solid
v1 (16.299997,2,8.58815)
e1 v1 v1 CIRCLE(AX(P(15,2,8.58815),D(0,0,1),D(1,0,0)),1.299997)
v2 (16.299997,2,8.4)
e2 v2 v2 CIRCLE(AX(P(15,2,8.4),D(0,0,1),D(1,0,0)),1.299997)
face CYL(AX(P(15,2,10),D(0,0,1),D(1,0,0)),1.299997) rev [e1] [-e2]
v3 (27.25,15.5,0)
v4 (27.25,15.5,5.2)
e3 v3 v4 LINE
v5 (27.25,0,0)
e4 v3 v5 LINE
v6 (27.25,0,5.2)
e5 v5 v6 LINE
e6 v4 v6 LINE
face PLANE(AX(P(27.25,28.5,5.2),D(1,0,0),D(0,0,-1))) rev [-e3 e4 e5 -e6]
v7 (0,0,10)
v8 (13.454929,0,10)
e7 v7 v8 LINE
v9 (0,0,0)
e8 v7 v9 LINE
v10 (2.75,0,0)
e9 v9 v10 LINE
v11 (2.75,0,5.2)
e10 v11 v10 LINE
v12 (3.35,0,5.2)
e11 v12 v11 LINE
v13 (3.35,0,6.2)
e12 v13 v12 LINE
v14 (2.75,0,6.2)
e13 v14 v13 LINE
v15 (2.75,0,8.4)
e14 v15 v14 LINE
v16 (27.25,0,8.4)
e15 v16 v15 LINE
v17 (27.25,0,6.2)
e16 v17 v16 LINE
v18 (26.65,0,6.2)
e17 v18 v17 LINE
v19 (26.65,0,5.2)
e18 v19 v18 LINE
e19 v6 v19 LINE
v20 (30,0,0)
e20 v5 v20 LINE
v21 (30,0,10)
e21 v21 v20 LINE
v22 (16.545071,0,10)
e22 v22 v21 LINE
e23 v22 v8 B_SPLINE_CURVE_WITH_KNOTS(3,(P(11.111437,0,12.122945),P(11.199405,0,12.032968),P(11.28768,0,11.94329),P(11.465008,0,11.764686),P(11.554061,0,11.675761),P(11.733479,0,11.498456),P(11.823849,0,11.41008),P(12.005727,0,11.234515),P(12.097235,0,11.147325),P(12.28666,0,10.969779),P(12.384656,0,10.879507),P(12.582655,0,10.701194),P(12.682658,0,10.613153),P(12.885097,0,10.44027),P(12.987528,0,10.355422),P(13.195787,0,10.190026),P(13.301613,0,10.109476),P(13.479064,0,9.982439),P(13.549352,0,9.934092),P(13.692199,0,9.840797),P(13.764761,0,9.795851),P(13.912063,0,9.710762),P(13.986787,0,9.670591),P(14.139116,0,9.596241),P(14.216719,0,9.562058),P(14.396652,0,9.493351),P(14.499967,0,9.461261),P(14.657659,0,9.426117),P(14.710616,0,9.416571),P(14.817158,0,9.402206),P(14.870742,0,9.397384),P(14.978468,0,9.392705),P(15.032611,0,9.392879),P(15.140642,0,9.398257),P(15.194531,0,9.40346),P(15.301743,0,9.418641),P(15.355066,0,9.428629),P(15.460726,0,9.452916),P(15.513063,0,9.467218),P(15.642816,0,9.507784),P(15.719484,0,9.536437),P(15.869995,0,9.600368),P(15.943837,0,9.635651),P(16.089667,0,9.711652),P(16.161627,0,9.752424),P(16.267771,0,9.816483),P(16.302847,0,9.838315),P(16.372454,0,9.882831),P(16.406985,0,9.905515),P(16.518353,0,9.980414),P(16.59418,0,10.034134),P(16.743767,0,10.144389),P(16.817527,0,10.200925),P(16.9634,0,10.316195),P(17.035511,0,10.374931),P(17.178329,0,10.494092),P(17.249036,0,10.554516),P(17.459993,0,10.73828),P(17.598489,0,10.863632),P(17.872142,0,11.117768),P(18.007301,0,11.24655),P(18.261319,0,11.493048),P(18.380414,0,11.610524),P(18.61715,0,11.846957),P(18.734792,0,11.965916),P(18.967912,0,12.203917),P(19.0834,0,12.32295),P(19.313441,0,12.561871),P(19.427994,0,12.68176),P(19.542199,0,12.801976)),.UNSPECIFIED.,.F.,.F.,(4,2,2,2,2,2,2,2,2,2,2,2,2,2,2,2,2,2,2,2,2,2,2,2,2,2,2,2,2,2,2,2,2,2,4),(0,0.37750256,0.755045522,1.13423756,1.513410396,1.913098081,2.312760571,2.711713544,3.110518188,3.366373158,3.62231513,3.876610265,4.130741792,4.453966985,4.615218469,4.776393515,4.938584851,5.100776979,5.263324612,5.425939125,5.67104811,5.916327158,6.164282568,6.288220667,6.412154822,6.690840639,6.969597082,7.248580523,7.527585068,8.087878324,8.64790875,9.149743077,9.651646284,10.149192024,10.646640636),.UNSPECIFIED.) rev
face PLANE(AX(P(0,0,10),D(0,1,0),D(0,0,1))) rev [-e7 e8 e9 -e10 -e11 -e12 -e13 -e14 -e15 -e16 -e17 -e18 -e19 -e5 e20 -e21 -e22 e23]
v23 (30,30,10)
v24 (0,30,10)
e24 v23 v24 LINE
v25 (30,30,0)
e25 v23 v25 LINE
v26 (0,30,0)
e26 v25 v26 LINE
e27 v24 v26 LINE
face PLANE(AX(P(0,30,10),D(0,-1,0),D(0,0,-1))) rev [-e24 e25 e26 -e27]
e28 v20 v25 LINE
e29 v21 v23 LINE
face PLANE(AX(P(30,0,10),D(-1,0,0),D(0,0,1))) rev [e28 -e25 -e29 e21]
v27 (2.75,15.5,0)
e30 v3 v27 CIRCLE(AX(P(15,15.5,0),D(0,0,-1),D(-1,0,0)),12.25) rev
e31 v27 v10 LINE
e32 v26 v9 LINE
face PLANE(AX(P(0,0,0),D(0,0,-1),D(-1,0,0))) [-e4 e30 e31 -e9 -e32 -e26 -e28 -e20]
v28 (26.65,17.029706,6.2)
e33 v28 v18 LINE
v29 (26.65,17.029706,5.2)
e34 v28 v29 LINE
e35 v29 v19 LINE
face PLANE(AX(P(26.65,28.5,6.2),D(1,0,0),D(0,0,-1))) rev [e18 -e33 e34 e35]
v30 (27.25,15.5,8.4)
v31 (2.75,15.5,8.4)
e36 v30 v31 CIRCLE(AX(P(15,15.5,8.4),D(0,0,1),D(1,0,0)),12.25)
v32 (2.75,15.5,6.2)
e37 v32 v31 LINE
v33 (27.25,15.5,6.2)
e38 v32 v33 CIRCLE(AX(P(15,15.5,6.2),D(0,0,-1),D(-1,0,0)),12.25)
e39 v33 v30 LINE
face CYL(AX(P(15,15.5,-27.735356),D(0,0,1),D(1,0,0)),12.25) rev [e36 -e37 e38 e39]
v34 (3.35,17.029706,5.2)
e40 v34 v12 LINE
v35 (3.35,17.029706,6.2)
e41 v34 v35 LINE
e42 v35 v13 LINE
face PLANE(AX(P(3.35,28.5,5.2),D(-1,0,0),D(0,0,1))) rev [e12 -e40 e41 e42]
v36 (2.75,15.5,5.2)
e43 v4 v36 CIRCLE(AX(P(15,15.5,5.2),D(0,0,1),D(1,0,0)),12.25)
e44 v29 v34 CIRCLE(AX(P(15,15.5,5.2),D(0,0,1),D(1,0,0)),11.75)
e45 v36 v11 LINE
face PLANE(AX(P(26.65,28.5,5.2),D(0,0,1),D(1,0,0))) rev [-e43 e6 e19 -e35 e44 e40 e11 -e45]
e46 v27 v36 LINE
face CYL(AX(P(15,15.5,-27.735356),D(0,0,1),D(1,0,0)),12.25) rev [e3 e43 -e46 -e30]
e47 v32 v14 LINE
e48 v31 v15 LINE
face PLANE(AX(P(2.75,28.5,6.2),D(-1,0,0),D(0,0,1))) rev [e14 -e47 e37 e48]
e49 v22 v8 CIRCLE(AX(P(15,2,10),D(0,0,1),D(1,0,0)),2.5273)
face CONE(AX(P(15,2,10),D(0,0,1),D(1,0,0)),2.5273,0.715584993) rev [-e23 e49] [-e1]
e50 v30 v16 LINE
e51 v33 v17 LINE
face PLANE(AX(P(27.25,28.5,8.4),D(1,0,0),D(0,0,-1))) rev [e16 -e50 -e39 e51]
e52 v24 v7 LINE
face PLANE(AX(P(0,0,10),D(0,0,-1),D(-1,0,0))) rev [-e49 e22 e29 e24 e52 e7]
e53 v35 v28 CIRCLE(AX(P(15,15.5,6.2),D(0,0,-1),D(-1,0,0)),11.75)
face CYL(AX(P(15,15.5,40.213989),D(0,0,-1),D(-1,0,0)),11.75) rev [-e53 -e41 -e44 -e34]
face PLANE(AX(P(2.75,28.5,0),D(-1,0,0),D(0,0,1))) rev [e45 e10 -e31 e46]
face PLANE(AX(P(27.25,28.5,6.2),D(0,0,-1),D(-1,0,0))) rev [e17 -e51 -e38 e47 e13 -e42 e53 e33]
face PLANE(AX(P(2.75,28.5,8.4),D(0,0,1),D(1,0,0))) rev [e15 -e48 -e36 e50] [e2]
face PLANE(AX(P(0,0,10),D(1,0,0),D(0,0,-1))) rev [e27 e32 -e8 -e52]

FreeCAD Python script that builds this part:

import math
import FreeCAD as App
import Part
import Sketcher

doc = App.newDocument("Part")
body = doc.addObject("PartDesign::Body", "Body")

# Sketch on XY plane
sketch1 = body.newObject("Sketcher::SketchObject", "Sketch")
sketch1.AttachmentSupport = (doc.getObject("XY_Plane"), [""])
sketch1.MapMode = "FlatFace"
sketch1.addGeometry(Part.LineSegment(App.Vector(0, 30, 0), App.Vector(0, 0, 0)), False)
sketch1.addGeometry(Part.LineSegment(App.Vector(0, 0, 0), App.Vector(30, 0, 0)), False)
sketch1.addGeometry(Part.LineSegment(App.Vector(30, 0, 0), App.Vector(30, 30, 0)), False)
sketch1.addGeometry(Part.LineSegment(App.Vector(30, 30, 0), App.Vector(0, 30, 0)), False)
sketch1.addConstraint(Sketcher.Constraint("Coincident", 0, 2, 1, 1))
sketch1.addConstraint(Sketcher.Constraint("Coincident", 1, 2, 2, 1))
sketch1.addConstraint(Sketcher.Constraint("Coincident", 2, 2, 3, 1))
sketch1.addConstraint(Sketcher.Constraint("Coincident", 3, 2, 0, 1))
sketch1.addConstraint(Sketcher.Constraint("Vertical", 0))
sketch1.addConstraint(Sketcher.Constraint("Horizontal", 1))
sketch1.addConstraint(Sketcher.Constraint("Vertical", 2))
sketch1.addConstraint(Sketcher.Constraint("Horizontal", 3))
sketch1.addConstraint(Sketcher.Constraint("Coincident", 0, 2, -1, 1))
sketch1.addConstraint(Sketcher.Constraint("Equal", 3, 0))
sketch1.addConstraint(Sketcher.Constraint("DistanceX", 1, 1, 1, 2, 30.0))
pad1 = body.newObject("PartDesign::Pad", "Pad")
pad1.Profile = sketch1
pad1.Length = 10

# Sketch on XZ plane
sketch2 = body.newObject("Sketcher::SketchObject", "Sketch001")
sketch2.AttachmentSupport = (doc.getObject("XZ_Plane"), [""])
sketch2.MapMode = "FlatFace"
sketch2.addGeometry(Part.LineSegment(App.Vector(2.8, 5.2, 0), App.Vector(2.8, 0, 0)), False)
sketch2.addGeometry(Part.LineSegment(App.Vector(2.8, 0, 0), App.Vector(27.2, 0, 0)), False)
sketch2.addGeometry(Part.LineSegment(App.Vector(27.2, 0, 0), App.Vector(27.2, 5.2, 0)), False)
sketch2.addGeometry(Part.LineSegment(App.Vector(27.2, 5.2, 0), App.Vector(26.6, 5.2, 0)), False)
sketch2.addGeometry(Part.LineSegment(App.Vector(26.6, 5.2, 0), App.Vector(26.6, 6.2, 0)), False)
sketch2.addGeometry(Part.LineSegment(App.Vector(26.6, 6.2, 0), App.Vector(27.2, 6.2, 0)), False)
sketch2.addGeometry(Part.LineSegment(App.Vector(27.2, 6.2, 0), App.Vector(27.2, 8.4, 0)), False)
sketch2.addGeometry(Part.LineSegment(App.Vector(27.2, 8.4, 0), App.Vector(2.8, 8.4, 0)), False)
sketch2.addGeometry(Part.LineSegment(App.Vector(2.8, 8.4, 0), App.Vector(2.8, 6.2, 0)), False)
sketch2.addGeometry(Part.LineSegment(App.Vector(2.8, 6.2, 0), App.Vector(3.4, 6.2, 0)), False)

----------------------------------------

Work instructions: Copy the entries above exactly, but only from the line holding "e13 v14 v13 LINE" through the line holding "v21 (30,0,10)", both included.

Expected output:
e13 v14 v13 LINE
v15 (2.75,0,8.4)
e14 v15 v14 LINE
v16 (27.25,0,8.4)
e15 v16 v15 LINE
v17 (27.25,0,6.2)
e16 v17 v16 LINE
v18 (26.65,0,6.2)
e17 v18 v17 LINE
v19 (26.65,0,5.2)
e18 v19 v18 LINE
e19 v6 v19 LINE
v20 (30,0,0)
e20 v5 v20 LINE
v21 (30,0,10)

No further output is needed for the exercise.